== WORK INSTRUCTIONS ==
After finding the line containing "solid = cut.part" below, please output that line and each following one through the line containing "Rebuilt in FreeCAD, every", exactly as written.

== Stored items ==
==============================
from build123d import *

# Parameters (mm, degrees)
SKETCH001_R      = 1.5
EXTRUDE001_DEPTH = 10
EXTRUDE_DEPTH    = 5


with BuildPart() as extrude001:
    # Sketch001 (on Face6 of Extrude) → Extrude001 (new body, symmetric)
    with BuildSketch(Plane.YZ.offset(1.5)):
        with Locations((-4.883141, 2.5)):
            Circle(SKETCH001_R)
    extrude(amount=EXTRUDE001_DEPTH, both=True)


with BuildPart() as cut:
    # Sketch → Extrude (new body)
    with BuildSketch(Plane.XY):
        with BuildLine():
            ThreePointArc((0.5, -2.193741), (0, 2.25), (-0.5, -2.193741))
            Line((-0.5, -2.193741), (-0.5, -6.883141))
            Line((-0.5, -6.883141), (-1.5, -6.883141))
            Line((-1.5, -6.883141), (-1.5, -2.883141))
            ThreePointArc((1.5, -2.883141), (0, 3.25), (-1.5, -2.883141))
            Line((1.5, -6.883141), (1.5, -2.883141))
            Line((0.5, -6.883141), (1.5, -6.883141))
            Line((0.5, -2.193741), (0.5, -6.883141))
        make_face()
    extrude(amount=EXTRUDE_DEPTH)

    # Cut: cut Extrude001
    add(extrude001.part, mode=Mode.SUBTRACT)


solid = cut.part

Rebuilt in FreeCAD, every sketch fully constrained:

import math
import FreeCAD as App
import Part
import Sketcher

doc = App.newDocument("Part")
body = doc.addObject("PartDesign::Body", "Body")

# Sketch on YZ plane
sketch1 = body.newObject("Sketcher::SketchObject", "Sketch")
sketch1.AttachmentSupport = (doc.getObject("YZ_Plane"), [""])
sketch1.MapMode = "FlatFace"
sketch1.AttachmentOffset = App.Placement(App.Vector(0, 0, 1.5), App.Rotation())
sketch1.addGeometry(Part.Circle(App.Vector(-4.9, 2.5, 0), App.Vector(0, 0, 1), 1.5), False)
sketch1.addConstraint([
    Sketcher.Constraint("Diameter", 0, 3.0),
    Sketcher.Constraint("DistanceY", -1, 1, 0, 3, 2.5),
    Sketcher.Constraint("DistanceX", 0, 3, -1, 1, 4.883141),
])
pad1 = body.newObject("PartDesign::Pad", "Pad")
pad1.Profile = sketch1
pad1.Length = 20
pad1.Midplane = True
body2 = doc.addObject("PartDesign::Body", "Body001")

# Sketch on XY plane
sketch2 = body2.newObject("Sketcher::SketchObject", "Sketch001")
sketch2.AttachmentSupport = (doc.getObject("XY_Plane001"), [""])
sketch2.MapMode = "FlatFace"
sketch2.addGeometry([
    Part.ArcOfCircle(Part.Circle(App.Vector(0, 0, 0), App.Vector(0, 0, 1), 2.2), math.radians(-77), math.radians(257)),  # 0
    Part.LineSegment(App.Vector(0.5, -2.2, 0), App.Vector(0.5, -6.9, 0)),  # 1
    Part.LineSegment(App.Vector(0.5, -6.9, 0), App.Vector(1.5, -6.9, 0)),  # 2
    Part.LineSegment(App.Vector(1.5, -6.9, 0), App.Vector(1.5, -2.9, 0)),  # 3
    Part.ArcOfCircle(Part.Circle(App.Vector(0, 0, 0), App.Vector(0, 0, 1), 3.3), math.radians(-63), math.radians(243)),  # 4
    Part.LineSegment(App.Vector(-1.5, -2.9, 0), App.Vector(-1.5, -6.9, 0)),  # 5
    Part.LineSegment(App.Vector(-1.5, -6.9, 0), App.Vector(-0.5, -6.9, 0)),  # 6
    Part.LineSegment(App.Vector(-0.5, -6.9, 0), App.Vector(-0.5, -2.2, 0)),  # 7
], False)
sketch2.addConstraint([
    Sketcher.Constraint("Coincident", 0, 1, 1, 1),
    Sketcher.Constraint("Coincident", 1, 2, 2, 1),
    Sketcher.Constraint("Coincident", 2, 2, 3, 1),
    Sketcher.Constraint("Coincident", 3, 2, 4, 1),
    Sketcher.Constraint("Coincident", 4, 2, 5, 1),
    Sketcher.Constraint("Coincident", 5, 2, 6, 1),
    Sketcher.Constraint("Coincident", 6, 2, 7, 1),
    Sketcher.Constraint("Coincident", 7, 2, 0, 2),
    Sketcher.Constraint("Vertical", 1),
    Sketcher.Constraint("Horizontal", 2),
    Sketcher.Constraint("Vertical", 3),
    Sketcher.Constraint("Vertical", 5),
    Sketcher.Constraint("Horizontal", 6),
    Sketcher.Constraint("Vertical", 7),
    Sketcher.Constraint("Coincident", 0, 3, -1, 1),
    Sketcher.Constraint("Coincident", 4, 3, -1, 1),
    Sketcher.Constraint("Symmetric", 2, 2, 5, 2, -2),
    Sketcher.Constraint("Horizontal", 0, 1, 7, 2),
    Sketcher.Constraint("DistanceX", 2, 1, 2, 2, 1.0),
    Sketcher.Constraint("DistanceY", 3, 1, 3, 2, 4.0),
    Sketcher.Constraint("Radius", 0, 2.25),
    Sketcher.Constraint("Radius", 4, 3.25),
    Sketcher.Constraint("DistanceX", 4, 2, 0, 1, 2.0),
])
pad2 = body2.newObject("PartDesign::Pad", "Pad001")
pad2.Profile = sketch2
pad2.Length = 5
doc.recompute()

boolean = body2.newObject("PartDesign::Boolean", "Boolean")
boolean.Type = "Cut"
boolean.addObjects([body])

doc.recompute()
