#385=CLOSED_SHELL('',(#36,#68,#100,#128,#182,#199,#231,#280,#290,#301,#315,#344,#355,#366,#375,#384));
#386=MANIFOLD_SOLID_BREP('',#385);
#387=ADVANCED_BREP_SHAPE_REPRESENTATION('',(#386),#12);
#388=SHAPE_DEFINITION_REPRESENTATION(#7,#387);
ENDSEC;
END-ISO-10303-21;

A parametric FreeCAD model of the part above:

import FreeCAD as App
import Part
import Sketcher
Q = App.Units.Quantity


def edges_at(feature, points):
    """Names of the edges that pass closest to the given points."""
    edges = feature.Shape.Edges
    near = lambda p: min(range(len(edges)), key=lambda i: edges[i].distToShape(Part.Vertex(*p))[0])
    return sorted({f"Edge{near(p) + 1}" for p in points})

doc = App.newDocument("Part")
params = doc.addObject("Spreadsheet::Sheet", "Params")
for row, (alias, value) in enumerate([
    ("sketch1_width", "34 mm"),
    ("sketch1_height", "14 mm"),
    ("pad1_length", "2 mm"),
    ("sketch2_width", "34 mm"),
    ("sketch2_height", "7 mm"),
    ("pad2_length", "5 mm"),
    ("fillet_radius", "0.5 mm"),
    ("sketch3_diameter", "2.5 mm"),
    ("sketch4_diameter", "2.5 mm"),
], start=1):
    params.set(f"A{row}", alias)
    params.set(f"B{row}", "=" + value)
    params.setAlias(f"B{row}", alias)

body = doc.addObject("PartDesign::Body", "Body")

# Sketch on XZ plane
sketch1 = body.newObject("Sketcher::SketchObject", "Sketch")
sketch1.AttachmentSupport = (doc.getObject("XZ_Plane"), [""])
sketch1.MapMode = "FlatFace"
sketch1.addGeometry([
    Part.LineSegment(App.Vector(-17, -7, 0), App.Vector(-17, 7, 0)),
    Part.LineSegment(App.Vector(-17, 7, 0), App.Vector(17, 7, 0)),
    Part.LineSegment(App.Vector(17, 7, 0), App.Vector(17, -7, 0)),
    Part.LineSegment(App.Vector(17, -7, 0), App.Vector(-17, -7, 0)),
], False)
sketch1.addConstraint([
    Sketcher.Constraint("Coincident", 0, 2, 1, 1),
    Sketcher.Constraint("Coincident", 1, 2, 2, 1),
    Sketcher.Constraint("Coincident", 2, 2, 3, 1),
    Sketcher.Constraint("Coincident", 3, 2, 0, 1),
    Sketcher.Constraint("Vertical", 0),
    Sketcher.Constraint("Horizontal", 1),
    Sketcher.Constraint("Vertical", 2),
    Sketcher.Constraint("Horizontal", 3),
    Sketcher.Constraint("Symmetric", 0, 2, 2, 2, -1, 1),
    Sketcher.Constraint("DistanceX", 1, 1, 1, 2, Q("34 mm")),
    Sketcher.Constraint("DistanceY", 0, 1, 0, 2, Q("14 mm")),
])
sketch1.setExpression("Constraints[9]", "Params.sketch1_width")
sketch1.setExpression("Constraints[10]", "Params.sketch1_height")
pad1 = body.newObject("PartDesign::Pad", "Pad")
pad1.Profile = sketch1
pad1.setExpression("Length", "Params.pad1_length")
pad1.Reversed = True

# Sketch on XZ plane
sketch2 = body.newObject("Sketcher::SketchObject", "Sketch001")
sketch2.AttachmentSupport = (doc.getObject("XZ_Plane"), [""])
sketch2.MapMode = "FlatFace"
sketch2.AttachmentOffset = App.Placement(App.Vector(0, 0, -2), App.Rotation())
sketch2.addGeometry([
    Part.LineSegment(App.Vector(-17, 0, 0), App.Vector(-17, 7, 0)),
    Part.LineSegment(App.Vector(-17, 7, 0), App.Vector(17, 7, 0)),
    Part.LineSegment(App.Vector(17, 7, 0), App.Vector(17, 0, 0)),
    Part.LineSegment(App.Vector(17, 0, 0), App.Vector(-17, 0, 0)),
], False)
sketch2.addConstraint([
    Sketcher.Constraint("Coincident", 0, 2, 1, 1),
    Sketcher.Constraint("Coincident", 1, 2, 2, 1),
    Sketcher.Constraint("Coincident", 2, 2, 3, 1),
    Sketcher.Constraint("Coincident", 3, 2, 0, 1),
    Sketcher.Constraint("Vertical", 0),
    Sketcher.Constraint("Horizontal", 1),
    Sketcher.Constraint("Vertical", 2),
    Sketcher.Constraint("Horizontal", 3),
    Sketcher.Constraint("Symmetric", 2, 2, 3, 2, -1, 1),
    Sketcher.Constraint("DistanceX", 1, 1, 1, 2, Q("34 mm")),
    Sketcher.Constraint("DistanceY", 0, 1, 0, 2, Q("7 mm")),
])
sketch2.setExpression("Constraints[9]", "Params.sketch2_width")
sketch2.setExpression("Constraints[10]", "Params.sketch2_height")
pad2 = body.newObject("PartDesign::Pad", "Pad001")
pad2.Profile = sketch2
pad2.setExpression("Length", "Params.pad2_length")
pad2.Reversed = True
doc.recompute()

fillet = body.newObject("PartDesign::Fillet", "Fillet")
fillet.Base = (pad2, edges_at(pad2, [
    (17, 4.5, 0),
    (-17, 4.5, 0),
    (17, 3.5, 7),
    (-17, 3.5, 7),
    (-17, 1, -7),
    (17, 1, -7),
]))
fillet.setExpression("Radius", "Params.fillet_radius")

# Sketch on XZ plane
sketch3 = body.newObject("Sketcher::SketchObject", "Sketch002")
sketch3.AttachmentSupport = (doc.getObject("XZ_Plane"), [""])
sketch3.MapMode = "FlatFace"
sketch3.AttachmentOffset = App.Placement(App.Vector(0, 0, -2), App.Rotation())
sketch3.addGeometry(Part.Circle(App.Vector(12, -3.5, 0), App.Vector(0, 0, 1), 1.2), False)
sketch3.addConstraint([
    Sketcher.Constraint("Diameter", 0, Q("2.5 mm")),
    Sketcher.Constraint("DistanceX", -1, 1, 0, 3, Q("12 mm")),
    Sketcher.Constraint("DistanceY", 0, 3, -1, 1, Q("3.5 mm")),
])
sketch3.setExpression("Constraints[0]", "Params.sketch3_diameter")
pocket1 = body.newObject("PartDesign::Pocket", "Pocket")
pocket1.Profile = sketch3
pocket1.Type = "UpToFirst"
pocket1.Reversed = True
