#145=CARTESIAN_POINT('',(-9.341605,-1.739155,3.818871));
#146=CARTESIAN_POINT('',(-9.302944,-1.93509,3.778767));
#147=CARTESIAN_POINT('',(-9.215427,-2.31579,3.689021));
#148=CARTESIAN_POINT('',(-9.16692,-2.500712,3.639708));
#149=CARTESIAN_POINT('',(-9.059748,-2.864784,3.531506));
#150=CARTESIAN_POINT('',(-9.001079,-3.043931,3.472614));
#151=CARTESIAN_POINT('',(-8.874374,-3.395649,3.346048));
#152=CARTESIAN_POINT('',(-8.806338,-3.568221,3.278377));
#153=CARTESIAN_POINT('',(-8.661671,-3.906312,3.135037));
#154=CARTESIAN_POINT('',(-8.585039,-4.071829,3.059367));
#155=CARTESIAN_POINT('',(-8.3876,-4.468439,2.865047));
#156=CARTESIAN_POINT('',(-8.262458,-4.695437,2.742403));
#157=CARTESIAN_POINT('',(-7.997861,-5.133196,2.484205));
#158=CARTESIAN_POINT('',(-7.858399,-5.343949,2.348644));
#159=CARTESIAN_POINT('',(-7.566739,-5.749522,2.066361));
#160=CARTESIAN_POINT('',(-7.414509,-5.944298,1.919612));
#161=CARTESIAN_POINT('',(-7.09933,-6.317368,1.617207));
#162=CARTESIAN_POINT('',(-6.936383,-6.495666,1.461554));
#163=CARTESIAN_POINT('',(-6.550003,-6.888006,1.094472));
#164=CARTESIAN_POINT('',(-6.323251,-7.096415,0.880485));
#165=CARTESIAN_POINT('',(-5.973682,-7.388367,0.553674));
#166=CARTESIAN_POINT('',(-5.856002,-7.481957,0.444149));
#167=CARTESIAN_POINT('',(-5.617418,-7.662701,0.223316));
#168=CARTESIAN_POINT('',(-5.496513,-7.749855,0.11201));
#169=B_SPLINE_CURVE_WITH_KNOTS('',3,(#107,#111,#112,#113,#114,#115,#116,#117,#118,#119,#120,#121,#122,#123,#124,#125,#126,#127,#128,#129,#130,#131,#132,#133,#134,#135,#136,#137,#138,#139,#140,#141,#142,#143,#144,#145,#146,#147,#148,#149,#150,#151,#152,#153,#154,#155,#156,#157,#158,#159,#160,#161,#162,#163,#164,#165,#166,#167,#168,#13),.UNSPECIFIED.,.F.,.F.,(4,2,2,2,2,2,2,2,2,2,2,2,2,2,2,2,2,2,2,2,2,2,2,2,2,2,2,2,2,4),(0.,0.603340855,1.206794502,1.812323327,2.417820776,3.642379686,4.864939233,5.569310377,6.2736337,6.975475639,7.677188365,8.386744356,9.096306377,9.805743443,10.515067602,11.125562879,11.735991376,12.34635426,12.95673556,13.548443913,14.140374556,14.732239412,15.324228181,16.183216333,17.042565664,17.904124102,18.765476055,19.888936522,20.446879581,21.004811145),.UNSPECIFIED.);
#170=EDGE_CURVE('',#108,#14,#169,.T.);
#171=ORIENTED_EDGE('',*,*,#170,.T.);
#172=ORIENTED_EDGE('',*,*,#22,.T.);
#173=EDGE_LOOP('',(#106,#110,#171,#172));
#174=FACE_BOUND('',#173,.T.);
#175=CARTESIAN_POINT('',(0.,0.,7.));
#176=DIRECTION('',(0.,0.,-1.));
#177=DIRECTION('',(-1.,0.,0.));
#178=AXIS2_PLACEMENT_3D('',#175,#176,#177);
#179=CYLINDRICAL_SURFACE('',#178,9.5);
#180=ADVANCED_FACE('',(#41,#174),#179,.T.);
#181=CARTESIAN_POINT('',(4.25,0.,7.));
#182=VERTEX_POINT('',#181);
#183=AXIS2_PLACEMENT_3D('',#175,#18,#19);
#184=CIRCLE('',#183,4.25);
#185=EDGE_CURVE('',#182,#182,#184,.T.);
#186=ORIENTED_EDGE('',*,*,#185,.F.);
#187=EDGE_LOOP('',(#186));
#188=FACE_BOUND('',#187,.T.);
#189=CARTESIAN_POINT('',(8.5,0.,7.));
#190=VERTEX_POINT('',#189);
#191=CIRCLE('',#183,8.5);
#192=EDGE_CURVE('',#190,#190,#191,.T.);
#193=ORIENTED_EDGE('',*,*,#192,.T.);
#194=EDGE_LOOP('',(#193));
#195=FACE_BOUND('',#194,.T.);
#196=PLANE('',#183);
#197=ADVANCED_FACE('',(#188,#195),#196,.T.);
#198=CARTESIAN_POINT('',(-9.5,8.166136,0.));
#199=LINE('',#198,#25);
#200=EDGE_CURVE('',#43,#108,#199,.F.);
==============================
== RESPONSE AREA ==
solid = cut.part

Rebuilt in FreeCAD, every sketch fully constrained:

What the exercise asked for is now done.